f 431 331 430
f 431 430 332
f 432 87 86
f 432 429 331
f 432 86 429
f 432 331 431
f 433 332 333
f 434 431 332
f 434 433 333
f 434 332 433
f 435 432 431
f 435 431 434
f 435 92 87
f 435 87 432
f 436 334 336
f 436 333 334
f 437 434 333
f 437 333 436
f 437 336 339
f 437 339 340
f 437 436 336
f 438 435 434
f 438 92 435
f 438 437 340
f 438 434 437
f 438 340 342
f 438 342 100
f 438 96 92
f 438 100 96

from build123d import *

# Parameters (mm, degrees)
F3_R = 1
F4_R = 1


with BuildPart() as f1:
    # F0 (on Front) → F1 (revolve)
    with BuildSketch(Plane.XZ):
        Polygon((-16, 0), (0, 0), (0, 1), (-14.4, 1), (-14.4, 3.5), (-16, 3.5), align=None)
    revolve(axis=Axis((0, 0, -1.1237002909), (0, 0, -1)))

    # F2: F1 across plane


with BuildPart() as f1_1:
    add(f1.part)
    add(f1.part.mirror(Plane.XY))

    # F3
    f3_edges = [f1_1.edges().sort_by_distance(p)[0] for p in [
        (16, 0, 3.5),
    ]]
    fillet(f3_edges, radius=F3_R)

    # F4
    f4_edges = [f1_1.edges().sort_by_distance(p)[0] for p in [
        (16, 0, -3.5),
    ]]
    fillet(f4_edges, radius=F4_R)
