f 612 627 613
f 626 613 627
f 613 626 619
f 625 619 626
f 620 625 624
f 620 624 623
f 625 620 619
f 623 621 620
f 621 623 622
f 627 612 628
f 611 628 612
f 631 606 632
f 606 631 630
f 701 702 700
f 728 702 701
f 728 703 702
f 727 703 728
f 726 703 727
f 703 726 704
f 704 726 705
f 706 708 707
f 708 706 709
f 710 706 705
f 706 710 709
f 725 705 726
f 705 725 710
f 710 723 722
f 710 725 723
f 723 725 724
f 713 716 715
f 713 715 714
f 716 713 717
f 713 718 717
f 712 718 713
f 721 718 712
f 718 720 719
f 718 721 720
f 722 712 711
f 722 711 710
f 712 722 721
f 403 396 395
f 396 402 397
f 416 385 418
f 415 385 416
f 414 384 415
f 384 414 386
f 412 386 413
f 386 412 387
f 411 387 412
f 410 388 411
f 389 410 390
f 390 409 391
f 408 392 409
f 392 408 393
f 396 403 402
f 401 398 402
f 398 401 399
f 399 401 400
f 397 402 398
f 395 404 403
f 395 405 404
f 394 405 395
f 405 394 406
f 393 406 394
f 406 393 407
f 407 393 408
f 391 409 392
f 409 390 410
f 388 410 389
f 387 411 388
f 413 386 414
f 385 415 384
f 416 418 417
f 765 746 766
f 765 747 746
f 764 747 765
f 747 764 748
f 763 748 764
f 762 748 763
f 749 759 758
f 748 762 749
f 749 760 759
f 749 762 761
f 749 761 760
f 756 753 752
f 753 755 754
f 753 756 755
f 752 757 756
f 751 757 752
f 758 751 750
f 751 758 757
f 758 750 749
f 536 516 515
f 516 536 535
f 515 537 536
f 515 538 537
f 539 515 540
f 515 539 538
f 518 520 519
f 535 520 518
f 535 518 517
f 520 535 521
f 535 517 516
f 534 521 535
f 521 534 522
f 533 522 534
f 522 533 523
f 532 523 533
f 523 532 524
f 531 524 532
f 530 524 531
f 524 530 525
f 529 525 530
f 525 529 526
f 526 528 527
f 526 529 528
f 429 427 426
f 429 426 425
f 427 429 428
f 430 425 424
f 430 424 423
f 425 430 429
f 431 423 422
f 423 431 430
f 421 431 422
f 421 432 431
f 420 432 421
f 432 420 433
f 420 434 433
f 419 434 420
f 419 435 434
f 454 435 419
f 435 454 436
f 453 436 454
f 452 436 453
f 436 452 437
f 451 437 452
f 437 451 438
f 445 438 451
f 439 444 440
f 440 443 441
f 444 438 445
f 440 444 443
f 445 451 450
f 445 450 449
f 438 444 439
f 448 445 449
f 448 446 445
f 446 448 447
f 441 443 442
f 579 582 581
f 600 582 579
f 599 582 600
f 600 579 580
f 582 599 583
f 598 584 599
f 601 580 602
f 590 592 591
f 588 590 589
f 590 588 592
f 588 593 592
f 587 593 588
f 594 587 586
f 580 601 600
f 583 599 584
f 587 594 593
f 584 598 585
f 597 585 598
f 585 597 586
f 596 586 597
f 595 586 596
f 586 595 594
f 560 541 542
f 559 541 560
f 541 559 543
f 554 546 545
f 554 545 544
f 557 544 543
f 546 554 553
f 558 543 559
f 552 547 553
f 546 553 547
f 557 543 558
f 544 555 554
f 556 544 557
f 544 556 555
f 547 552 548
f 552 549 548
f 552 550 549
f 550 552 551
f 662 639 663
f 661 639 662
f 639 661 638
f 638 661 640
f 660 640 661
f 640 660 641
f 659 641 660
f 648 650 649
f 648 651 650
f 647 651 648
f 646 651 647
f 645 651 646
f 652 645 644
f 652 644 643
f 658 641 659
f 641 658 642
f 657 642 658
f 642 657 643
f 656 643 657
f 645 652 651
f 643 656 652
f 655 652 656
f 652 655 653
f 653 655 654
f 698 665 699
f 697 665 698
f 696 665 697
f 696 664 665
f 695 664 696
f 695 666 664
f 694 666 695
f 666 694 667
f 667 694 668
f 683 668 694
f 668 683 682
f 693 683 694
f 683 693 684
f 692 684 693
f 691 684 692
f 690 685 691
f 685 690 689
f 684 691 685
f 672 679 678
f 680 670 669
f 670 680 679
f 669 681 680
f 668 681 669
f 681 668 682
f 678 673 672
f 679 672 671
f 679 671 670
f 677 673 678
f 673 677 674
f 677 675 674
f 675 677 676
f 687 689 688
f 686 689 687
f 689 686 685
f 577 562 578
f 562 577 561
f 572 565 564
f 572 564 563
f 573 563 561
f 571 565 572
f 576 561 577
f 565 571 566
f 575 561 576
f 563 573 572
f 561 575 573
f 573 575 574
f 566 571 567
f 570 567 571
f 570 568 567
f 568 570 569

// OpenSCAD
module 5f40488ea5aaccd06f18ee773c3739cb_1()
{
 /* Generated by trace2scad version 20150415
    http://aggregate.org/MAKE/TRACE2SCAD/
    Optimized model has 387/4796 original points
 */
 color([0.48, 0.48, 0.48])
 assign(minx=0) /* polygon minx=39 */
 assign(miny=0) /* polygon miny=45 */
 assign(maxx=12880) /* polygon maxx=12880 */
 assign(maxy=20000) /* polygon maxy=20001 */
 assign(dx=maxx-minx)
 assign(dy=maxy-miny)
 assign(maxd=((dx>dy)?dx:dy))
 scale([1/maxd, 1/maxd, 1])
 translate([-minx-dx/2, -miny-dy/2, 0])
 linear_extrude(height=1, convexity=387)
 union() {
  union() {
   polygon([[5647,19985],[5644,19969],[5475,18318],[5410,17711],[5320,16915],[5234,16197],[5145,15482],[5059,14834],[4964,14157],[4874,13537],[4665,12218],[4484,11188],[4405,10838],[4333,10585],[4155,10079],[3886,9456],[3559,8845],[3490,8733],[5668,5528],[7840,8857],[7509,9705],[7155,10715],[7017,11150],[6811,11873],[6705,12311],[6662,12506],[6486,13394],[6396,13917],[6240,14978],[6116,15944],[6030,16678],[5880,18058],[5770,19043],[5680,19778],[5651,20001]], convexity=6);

- **Task**: Please transcribe exactly the lines above from the line that has "f 437 436 336" up to and including the line that has "f 722 712 711"; no other line belongs in the answer.

- **Exercise result**:
f 437 436 336
f 438 435 434
f 438 92 435
f 438 437 340
f 438 434 437
f 438 340 342
f 438 342 100
f 438 96 92
f 438 100 96

from build123d import *

# Parameters (mm, degrees)
F3_R = 1
F4_R = 1


with BuildPart() as f1:
    # F0 (on Front) → F1 (revolve)
    with BuildSketch(Plane.XZ):
        Polygon((-16, 0), (0, 0), (0, 1), (-14.4, 1), (-14.4, 3.5), (-16, 3.5), align=None)
    revolve(axis=Axis((0, 0, -1.1237002909), (0, 0, -1)))

    # F2: F1 across plane


with BuildPart() as f1_1:
    add(f1.part)
    add(f1.part.mirror(Plane.XY))

    # F3
    f3_edges = [f1_1.edges().sort_by_distance(p)[0] for p in [
        (16, 0, 3.5),
    ]]
    fillet(f3_edges, radius=F3_R)

    # F4
    f4_edges = [f1_1.edges().sort_by_distance(p)[0] for p in [
        (16, 0, -3.5),
    ]]
    fillet(f4_edges, radius=F4_R)
f 612 627 613
f 626 613 627
f 613 626 619
f 625 619 626
f 620 625 624
f 620 624 623
f 625 620 619
f 623 621 620
f 621 623 622
f 627 612 628
f 611 628 612
f 631 606 632
f 606 631 630
f 701 702 700
f 728 702 701
f 728 703 702
f 727 703 728
f 726 703 727
f 703 726 704
f 704 726 705
f 706 708 707
f 708 706 709
f 710 706 705
f 706 710 709
f 725 705 726
f 705 725 710
f 710 723 722
f 710 725 723
f 723 725 724
f 713 716 715
f 713 715 714
f 716 713 717
f 713 718 717
f 712 718 713
f 721 718 712
f 718 720 719
f 718 721 720
f 722 712 711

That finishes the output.